**Description of the task**
Every line of the entries below that carries the string "origin" should be copied.

Saved entries

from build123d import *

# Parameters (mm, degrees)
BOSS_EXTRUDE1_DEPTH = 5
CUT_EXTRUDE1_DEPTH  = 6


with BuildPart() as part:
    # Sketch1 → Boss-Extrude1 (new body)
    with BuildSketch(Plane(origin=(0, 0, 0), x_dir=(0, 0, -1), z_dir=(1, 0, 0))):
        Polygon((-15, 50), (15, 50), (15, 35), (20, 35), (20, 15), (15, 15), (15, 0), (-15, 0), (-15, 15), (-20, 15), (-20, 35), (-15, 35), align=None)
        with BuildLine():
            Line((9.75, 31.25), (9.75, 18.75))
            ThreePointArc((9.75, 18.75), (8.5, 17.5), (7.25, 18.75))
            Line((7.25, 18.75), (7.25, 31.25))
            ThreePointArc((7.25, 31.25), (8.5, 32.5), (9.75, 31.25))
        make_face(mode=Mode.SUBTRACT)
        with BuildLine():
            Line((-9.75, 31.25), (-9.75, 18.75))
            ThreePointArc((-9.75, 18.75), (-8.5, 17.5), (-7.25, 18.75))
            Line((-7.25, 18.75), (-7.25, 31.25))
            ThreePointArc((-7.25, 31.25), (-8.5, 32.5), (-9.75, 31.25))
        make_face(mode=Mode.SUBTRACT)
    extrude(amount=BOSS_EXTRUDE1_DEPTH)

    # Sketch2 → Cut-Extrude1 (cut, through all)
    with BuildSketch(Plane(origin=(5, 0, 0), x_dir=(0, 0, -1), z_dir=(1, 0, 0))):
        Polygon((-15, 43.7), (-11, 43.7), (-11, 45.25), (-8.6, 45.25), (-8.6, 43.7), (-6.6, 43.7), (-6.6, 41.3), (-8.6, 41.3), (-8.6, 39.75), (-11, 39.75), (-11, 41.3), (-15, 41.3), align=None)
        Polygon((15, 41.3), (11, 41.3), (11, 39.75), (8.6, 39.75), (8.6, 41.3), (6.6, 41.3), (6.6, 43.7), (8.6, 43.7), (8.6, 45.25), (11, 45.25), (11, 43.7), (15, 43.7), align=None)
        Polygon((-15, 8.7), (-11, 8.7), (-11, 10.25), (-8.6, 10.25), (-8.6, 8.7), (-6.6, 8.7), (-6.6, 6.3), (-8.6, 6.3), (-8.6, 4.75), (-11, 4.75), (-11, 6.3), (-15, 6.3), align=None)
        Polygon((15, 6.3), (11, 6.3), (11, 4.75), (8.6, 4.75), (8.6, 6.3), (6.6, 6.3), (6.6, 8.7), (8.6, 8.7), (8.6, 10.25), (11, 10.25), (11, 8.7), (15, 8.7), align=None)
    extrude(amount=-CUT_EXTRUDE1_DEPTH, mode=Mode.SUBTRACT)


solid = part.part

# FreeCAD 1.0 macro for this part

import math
import FreeCAD as App
import Part
import Sketcher

doc = App.newDocument("Part")
body = doc.addObject("PartDesign::Body", "Body")

sketch1 = doc.addObject("Sketcher::SketchObject", "Sketch")
body.addObject(sketch1)
sketch1.AttachmentSupport = (doc.YZ_Plane, [""])
sketch1.MapMode = "FlatFace"
sketch1.addGeometry(Part.LineSegment(App.Vector(50, -15, 0), App.Vector(50, 15, 0)), False)
sketch1.addGeometry(Part.LineSegment(App.Vector(50, 15, 0), App.Vector(35, 15, 0)), False)
sketch1.addGeometry(Part.LineSegment(App.Vector(35, 15, 0), App.Vector(35, 20, 0)), False)
sketch1.addGeometry(Part.LineSegment(App.Vector(35, 20, 0), App.Vector(15, 20, 0)), False)
sketch1.addGeometry(Part.LineSegment(App.Vector(15, 20, 0), App.Vector(15, 15, 0)), False)
sketch1.addGeometry(Part.LineSegment(App.Vector(15, 15, 0), App.Vector(0, 15, 0)), False)
sketch1.addGeometry(Part.LineSegment(App.Vector(0, 15, 0), App.Vector(0, -15, 0)), False)
sketch1.addGeometry(Part.LineSegment(App.Vector(0, -15, 0), App.Vector(15, -15, 0)), False)
sketch1.addGeometry(Part.LineSegment(App.Vector(15, -15, 0), App.Vector(15, -20, 0)), False)
sketch1.addGeometry(Part.LineSegment(App.Vector(15, -20, 0), App.Vector(35, -20, 0)), False)
sketch1.addGeometry(Part.LineSegment(App.Vector(35, -20, 0), App.Vector(35, -15, 0)), False)
sketch1.addGeometry(Part.LineSegment(App.Vector(35, -15, 0), App.Vector(50, -15, 0)), False)
sketch1.addGeometry(Part.LineSegment(App.Vector(31.2, -9.8, 0), App.Vector(18.8, -9.8, 0)), False)
sketch1.addGeometry(Part.ArcOfCircle(Part.Circle(App.Vector(18.8, -8.5, 0), App.Vector(0, 0, 1), 1.2), math.radians(90), math.radians(270)), False)
sketch1.addGeometry(Part.LineSegment(App.Vector(18.8, -7.2, 0), App.Vector(31.2, -7.2, 0)), False)
sketch1.addGeometry(Part.ArcOfCircle(Part.Circle(App.Vector(31.2, -8.5, 0), App.Vector(0, 0, 1), 1.2), math.radians(-90), math.radians(90)), False)
sketch1.addGeometry(Part.ArcOfCircle(Part.Circle(App.Vector(31.2, 8.5, 0), App.Vector(0, 0, 1), 1.2), math.radians(-90), math.radians(90)), False)
sketch1.addGeometry(Part.LineSegment(App.Vector(31.2, 7.2, 0), App.Vector(18.8, 7.2, 0)), False)
sketch1.addGeometry(Part.ArcOfCircle(Part.Circle(App.Vector(18.8, 8.5, 0), App.Vector(0, 0, 1), 1.2), math.radians(90), math.radians(270)), False)
sketch1.addGeometry(Part.LineSegment(App.Vector(18.8, 9.8, 0), App.Vector(31.2, 9.8, 0)), False)
sketch1.addConstraint(Sketcher.Constraint("Coincident", 0, 2, 1, 1))
sketch1.addConstraint(Sketcher.Constraint("Coincident", 1, 2, 2, 1))
sketch1.addConstraint(Sketcher.Constraint("Coincident", 2, 2, 3, 1))
sketch1.addConstraint(Sketcher.Constraint("Coincident", 3, 2, 4, 1))
sketch1.addConstraint(Sketcher.Constraint("Coincident", 4, 2, 5, 1))
sketch1.addConstraint(Sketcher.Constraint("Coincident", 5, 2, 6, 1))
sketch1.addConstraint(Sketcher.Constraint("Coincident", 6, 2, 7, 1))
sketch1.addConstraint(Sketcher.Constraint("Coincident", 7, 2, 8, 1))
sketch1.addConstraint(Sketcher.Constraint("Coincident", 8, 2, 9, 1))
sketch1.addConstraint(Sketcher.Constraint("Coincident", 9, 2, 10, 1))
sketch1.addConstraint(Sketcher.Constraint("Coincident", 10, 2, 11, 1))
sketch1.addConstraint(Sketcher.Constraint("Coincident", 11, 2, 0, 1))
sketch1.addConstraint(Sketcher.Constraint("Tangent", 12, 2, 13, 2))
sketch1.addConstraint(Sketcher.Constraint("Tangent", 13, 1, 14, 1))
sketch1.addConstraint(Sketcher.Constraint("Tangent", 14, 2, 15, 2))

**Finished exercise**
    with BuildSketch(Plane(origin=(0, 0, 0), x_dir=(0, 0, -1), z_dir=(1, 0, 0))):
    with BuildSketch(Plane(origin=(5, 0, 0), x_dir=(0, 0, -1), z_dir=(1, 0, 0))):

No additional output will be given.